- Born: August 1964 Chengdu, Sichuan, China
- Died: 6 March 2020 (aged 55) Beijing, China
- Education: Hunan University Southwestern University of Finance and Economics Southwest Jiaotong University
- Occupations: Executive, politician
- Years active: 1995–2019
- Agent: China State Construction Engineering
- Political party: Chinese Communist Party

Chinese name
- Traditional Chinese: 官慶
- Simplified Chinese: 官庆

Standard Mandarin
- Hanyu Pinyin: Guān Qìng

= Guan Qing =

Guan Qing (官庆; August 1964 – 6 March 2020) was a Chinese business executive and politician who served as chairman of China State Construction Engineering from 2015 to 2019. He was an alternate member of the 19th Central Committee of the Chinese Communist Party.

== Biography ==
Guan was born in Chengdu, Sichuan, in August 1964. He attended Hunan University where he received his bachelor's degree in civil engineering in 1985. After completing his master's degree in thermal engineering from Southwestern University of Finance and Economics in 1990, he attended Southwest Jiaotong University where he obtained his doctor's degree in management science and engineering in 2008.

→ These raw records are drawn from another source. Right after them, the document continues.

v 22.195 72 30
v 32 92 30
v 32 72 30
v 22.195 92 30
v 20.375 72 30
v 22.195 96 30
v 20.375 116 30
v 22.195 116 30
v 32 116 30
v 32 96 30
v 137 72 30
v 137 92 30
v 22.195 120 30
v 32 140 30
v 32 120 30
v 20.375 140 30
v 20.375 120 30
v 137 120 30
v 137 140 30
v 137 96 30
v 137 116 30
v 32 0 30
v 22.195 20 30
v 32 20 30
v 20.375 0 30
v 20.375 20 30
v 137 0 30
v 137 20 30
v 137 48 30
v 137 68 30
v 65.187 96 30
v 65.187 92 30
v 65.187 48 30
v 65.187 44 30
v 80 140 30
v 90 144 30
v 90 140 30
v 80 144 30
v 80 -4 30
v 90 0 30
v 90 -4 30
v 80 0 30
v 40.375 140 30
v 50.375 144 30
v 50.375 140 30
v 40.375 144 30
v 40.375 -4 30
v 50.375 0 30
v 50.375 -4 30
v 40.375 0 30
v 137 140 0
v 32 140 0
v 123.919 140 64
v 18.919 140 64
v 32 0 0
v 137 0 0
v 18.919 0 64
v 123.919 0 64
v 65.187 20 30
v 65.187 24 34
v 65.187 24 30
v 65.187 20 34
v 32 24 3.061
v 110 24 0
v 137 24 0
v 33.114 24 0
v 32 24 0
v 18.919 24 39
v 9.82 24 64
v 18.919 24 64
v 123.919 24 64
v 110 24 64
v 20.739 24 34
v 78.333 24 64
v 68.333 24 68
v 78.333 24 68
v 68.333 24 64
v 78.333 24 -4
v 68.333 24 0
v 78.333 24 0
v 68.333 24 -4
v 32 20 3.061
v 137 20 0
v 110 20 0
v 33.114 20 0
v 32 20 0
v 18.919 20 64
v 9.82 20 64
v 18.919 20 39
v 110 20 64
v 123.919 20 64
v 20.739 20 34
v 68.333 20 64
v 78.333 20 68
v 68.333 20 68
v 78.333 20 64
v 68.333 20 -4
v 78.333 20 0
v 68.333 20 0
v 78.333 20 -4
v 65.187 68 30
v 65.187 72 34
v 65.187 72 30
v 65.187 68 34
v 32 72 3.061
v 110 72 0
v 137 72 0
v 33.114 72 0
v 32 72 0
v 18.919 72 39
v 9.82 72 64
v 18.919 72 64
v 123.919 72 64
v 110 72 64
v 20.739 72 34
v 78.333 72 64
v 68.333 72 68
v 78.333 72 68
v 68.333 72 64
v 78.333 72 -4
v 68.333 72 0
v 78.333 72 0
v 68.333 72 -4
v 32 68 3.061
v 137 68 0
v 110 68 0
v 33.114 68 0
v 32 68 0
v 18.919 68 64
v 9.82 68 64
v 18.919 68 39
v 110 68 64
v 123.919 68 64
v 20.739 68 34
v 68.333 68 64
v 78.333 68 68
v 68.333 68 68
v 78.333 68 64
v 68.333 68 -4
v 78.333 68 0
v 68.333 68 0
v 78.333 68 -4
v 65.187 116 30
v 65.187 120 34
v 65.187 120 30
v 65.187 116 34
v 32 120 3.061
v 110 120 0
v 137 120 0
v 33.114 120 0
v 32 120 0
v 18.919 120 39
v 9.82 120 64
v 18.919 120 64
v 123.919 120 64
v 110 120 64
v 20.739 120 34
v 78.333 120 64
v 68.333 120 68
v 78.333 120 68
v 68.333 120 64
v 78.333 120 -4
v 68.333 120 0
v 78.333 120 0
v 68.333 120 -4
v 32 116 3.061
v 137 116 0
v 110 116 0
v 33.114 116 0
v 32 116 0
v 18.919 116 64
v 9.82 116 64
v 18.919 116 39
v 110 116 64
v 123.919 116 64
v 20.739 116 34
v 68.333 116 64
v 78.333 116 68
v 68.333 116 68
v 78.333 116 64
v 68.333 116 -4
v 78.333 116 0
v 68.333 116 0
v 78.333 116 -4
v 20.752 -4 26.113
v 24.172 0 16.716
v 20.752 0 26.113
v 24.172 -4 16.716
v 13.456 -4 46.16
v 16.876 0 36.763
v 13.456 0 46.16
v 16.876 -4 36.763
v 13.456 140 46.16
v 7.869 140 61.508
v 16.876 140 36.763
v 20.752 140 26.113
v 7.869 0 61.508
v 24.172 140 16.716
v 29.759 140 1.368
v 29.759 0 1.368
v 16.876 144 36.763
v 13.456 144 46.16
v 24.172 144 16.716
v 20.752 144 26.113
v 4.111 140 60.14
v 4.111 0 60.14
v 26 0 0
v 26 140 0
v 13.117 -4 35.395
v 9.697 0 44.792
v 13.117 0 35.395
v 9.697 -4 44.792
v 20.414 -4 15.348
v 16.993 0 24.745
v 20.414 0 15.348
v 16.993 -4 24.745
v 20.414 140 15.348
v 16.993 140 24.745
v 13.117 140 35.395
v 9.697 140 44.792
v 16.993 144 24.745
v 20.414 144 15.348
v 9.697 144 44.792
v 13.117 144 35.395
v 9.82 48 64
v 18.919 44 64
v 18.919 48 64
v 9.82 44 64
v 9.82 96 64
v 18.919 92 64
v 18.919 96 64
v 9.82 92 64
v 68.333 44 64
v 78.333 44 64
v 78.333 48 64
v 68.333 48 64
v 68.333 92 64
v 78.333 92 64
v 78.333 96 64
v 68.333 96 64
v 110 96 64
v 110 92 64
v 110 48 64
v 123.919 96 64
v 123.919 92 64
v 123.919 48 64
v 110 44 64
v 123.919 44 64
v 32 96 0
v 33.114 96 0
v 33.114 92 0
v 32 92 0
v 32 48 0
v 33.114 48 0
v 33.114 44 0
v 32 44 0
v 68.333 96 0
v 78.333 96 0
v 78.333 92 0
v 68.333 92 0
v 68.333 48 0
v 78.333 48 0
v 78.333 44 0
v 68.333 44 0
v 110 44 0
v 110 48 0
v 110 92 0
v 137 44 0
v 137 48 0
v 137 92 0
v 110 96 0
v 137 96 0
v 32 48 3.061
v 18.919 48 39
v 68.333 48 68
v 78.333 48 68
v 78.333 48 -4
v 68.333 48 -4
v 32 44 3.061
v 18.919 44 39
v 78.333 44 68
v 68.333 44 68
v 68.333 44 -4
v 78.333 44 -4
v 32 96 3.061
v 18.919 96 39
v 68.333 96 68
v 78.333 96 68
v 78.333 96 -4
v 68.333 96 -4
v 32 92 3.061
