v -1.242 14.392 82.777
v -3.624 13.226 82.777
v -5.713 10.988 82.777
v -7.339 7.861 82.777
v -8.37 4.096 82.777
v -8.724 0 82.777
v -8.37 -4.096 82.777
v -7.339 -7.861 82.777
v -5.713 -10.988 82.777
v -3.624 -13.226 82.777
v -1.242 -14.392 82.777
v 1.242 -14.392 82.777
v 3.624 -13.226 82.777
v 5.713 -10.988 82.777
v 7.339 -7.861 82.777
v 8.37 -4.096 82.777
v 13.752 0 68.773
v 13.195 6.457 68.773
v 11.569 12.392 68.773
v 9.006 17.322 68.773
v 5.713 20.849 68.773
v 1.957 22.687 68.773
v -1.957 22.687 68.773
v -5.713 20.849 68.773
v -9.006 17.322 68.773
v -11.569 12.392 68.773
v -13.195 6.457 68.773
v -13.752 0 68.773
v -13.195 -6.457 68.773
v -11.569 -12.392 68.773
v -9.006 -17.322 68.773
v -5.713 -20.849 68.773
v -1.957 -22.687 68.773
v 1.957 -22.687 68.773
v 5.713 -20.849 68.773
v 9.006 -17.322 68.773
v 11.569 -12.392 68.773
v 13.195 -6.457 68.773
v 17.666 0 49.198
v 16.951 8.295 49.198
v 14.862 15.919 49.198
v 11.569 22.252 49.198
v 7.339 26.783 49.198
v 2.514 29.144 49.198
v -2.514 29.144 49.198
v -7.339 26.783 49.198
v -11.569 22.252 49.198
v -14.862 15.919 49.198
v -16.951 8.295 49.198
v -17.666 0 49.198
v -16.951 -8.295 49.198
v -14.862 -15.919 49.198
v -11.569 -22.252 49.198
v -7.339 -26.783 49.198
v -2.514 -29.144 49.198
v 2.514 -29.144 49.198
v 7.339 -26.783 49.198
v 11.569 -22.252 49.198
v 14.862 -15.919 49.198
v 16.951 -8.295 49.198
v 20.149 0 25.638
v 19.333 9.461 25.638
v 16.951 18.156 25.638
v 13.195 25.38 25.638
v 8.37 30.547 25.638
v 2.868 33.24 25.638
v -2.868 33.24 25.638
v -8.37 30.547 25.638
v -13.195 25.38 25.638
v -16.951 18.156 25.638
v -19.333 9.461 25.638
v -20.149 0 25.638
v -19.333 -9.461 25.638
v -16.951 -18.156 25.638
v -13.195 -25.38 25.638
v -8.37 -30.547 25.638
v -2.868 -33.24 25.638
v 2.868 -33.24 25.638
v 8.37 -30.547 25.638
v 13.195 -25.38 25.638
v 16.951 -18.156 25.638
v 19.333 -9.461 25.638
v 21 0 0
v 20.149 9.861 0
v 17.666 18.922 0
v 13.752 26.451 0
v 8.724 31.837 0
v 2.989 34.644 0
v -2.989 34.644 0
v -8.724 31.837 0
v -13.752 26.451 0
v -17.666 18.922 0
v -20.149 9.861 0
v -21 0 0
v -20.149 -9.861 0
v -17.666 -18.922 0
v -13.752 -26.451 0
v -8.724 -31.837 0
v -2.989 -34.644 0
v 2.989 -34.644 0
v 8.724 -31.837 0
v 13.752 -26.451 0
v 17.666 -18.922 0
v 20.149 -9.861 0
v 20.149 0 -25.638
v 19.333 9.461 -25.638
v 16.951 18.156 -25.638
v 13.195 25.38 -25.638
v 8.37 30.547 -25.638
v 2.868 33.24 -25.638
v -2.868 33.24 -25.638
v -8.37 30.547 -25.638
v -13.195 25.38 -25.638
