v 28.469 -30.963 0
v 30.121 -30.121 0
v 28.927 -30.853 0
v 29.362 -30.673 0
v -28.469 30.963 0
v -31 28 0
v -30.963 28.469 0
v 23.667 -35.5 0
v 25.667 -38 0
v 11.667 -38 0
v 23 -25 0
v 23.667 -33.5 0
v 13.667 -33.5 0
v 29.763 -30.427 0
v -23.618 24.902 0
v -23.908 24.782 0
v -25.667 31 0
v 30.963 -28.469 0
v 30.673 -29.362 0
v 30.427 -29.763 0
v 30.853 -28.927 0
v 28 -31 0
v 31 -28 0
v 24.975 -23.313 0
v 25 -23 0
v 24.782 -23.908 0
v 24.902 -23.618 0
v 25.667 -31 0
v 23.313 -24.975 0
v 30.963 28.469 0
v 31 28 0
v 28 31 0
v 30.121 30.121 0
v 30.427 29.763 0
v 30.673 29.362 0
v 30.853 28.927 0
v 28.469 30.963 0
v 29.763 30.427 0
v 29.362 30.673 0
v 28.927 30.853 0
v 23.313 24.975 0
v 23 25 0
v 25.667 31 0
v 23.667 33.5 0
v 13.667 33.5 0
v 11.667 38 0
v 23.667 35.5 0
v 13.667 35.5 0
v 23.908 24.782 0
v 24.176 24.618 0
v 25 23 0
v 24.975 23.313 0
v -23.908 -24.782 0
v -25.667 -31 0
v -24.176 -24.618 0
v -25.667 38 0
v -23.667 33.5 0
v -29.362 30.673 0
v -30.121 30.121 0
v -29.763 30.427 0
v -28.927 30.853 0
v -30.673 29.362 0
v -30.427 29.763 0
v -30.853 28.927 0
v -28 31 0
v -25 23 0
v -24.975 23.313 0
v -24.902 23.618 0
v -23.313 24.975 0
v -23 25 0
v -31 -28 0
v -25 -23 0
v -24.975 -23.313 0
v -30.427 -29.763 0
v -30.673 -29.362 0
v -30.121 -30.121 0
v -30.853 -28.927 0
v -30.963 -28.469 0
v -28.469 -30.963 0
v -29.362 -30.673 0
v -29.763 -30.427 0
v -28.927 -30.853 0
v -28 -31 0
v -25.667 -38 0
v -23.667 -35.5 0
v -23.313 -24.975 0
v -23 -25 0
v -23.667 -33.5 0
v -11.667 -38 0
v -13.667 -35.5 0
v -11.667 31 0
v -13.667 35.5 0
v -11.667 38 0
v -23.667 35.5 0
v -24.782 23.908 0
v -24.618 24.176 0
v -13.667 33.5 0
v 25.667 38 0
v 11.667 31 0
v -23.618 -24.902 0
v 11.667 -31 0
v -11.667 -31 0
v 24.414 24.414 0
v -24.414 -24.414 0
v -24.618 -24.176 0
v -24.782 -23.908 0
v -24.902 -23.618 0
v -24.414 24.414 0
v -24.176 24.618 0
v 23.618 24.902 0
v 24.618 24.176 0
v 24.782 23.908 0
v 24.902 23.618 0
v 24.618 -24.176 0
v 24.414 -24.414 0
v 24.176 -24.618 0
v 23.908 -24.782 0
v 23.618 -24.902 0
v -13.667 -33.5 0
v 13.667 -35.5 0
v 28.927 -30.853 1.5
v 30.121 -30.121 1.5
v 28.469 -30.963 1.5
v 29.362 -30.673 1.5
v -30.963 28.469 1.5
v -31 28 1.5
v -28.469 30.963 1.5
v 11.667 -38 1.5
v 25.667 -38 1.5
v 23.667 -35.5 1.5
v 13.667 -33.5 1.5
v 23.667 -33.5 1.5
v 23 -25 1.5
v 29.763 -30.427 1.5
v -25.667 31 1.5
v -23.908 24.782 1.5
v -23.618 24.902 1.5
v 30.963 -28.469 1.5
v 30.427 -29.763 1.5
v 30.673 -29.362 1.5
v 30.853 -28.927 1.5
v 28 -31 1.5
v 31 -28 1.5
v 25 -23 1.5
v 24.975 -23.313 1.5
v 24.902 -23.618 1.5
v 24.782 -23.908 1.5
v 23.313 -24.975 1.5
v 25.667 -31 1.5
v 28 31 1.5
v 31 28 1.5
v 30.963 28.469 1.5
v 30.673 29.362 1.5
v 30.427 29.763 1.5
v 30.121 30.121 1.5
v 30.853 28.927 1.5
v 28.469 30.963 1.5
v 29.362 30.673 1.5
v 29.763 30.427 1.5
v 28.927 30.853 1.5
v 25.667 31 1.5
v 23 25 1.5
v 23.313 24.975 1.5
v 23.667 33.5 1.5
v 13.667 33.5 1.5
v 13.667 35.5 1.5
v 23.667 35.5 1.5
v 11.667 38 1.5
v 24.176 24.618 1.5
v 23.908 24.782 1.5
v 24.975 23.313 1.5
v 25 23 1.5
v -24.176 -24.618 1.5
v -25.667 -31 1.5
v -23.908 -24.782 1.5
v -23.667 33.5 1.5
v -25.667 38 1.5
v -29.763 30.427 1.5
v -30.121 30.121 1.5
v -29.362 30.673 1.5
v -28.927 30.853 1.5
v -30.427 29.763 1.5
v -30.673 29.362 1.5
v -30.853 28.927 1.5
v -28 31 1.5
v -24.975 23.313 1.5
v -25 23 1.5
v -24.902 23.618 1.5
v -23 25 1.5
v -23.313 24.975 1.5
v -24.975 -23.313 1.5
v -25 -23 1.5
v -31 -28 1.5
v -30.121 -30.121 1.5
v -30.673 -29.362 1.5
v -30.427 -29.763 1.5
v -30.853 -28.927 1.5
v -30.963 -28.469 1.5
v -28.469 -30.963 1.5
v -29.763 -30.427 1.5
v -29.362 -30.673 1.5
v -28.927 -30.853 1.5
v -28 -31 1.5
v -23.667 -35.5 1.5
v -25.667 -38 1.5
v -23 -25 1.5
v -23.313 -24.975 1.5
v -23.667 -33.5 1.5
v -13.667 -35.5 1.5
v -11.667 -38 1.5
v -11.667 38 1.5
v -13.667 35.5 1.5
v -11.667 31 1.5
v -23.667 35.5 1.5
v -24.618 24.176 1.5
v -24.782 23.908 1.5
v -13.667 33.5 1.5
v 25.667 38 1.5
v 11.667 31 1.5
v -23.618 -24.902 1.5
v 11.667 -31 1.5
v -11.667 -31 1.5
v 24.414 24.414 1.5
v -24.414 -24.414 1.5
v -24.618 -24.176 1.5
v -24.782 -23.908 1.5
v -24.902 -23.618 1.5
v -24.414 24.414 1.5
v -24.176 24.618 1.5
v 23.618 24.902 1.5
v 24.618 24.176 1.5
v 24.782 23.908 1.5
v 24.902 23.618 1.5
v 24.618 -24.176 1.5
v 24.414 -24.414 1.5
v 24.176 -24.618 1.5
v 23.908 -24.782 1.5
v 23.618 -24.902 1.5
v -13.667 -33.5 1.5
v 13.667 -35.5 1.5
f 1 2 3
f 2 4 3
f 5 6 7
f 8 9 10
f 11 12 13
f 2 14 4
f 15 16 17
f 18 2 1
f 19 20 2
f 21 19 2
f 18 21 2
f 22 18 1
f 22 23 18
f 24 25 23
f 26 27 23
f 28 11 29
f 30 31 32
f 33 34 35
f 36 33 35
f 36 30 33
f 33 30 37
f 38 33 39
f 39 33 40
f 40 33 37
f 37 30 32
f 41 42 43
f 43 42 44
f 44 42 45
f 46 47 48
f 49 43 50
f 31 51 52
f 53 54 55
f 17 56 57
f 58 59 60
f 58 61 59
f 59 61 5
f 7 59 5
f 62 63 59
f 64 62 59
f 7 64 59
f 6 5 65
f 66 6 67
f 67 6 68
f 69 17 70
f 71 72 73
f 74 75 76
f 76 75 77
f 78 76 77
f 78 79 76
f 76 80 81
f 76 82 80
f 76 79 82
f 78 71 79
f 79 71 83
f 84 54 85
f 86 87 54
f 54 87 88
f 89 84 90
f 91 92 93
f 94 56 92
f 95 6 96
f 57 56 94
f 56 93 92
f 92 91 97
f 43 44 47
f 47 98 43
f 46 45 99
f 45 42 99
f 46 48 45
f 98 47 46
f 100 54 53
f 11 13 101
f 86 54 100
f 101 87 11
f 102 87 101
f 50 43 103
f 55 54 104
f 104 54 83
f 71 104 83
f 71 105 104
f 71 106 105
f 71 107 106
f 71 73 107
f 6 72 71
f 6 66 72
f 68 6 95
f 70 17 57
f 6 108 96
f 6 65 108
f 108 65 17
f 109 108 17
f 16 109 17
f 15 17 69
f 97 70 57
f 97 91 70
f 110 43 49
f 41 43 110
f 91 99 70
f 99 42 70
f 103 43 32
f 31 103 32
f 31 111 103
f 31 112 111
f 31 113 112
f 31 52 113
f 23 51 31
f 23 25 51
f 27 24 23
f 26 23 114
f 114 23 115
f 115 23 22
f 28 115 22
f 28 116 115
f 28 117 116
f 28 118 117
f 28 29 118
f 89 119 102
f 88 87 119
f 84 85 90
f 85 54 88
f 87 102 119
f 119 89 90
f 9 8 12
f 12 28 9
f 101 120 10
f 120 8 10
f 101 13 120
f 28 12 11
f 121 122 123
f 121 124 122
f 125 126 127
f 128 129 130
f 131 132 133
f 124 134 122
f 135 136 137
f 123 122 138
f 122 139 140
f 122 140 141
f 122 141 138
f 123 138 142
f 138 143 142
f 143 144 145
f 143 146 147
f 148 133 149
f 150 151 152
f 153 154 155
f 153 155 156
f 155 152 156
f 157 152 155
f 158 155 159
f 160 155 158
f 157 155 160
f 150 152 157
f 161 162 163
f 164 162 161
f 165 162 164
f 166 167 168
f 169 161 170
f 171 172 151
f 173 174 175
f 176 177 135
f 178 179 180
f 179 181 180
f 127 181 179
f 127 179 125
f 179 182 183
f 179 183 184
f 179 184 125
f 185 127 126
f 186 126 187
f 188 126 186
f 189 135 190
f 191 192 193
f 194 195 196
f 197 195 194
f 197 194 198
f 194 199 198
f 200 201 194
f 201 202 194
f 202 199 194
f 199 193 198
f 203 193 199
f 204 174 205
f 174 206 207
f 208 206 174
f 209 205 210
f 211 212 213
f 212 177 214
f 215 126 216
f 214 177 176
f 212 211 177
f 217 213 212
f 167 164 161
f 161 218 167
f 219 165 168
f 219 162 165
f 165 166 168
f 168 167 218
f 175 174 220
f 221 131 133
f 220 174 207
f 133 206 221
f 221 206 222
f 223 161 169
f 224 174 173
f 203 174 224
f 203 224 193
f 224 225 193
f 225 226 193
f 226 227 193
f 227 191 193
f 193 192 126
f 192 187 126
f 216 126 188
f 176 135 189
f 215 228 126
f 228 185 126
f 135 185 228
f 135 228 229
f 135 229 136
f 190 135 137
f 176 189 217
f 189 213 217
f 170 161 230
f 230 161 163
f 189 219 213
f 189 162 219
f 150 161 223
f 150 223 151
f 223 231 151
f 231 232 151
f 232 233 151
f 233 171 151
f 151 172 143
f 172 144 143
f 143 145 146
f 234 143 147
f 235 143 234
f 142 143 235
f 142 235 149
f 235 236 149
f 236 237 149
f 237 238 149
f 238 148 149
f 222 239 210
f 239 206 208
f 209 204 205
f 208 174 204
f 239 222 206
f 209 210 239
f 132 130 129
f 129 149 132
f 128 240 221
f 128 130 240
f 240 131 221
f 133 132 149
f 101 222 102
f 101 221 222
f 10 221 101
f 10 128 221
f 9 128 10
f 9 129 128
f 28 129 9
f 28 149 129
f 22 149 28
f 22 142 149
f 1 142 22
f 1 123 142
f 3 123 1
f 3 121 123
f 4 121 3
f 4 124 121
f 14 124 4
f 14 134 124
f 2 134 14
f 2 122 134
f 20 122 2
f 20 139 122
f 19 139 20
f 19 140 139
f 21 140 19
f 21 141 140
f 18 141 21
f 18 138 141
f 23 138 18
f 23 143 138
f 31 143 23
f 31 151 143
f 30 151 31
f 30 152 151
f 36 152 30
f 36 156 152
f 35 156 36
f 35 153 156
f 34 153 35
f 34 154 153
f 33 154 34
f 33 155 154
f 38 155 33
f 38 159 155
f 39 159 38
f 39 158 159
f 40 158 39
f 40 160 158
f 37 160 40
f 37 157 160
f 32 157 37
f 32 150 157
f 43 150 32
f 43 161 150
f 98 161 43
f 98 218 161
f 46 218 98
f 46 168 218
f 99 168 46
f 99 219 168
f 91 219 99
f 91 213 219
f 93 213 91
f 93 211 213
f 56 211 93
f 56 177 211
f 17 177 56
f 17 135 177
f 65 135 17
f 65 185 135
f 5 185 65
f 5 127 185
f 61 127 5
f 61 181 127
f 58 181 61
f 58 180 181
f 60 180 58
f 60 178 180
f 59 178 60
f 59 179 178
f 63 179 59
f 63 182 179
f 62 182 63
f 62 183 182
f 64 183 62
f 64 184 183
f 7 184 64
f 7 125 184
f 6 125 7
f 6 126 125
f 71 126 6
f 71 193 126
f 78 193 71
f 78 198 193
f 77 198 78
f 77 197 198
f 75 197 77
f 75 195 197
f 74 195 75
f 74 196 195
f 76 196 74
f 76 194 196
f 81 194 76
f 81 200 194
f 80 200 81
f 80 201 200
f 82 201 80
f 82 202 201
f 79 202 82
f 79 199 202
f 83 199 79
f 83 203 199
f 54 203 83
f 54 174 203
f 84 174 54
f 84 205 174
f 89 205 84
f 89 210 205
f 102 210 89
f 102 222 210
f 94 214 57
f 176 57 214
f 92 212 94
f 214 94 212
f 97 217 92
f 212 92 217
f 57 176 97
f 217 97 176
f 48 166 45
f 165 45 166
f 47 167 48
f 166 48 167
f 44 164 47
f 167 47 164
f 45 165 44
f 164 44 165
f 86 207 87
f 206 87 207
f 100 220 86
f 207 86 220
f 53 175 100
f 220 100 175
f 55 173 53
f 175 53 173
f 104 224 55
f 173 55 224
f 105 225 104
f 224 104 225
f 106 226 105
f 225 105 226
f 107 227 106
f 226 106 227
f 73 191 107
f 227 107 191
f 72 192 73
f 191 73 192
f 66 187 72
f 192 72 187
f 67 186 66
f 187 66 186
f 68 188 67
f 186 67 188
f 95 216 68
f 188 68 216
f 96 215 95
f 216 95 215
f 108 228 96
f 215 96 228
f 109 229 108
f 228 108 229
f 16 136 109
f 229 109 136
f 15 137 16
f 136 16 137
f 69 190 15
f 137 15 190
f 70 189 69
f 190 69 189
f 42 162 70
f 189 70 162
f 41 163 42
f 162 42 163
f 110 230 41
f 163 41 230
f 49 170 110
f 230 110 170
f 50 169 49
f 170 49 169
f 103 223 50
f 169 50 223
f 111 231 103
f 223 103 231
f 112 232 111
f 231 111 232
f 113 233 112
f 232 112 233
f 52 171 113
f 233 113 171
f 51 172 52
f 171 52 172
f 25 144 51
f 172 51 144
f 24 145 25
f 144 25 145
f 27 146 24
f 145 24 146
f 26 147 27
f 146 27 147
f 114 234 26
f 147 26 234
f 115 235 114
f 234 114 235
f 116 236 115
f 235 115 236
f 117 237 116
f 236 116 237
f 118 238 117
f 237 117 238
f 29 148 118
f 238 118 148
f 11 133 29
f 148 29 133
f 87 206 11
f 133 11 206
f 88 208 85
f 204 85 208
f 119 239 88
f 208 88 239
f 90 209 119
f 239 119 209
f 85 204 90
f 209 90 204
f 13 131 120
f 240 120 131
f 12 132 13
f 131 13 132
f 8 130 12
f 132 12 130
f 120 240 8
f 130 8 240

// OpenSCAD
// ROBOSKIN original removable bench fixture. Units: mm.
// This geometry has not been printed, structurally qualified, or fitted to a robot.
// Example: openscad -D 'part="carrier"' -D columns=3 -D rows=2 -o carrier.stl removable_carrier.scad
part="carrier"; // "carrier", "strain_relief", or "both"
columns=2;
rows=2;
pitch=25;
seal_margin=3;
rim=3;
thickness=1.5;
strap_width=10;
strap_slot=2;
ear_extension=7;
tail_slot_width=0; // Set to measured tail width + assembly clearance before live-panel use.
length=columns*pitch+2*seal_margin;
width=rows*pitch+2*seal_margin;
$fn=40;

assert(columns==2 && rows==2 || columns==3 && rows==2 || columns==7 && rows==4,
       "Use an explicitly supported channel profile");
assert(part=="carrier" || part=="strain_relief" || part=="both", "Unknown part");
assert(pitch>0 && seal_margin>0 && rim>0 && thickness>0 && strap_width>0 && strap_slot>0);
assert(tail_slot_width>=0 && tail_slot_width<width-2*seal_margin, "Invalid sensor-tail opening");

module rounded_rectangle(l,w,r=3) {
    hull() for(x=[-l/2+r,l/2-r]) for(y=[-w/2+r,w/2-r]) translate([x,y]) circle(r=r);
}
module carrier() {
    linear_extrude(thickness) difference() {
        union() {
            rounded_rectangle(length+2*rim,width+2*rim);
            // Two independent lateral straps; do not preload the sensing field.
            for(x=[-length/3,length/3]) for(s=[-1,1])
                translate([x,s*(width/2+rim+ear_extension/2-.5)]) square([strap_width+4,ear_extension+1],center=true);
        }
        rounded_rectangle(length-2*seal_margin,width-2*seal_margin,r=2);
        for(x=[-length/3,length/3]) for(s=[-1,1])
            translate([x,s*(width/2+rim+ear_extension/2)]) square([strap_width,strap_slot],center=true);
        // Optional opening in the +x rim. Its dimensions follow the actual sensor tail.
        // Keep the tail clear of the straps and avoid clamping its copper/printed traces.
        if(tail_slot_width>0)
            translate([length/2,0]) square([2*(rim+seal_margin+1),tail_slot_width],center=true);
    }
}
module cable_strain_relief() {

Guan joined the China Southwest Architectural Design and Research Institute (中国建筑西南设计研究院) in January 1995, where he was promoted to vice president in 1998 and to president in 2003. He was named a deputy governor of China State Construction Engineering in 2008. He moved up the ranks to become general manager in April 2011 and chairman in May 2015. In October 2017, he became an alternate of the 19th Central Committee of the Chinese Communist Party. In September 2019, he was removed from public office due to illness.

On 6 March 2020, he died from brain tumor in Beijing, at the age of 55.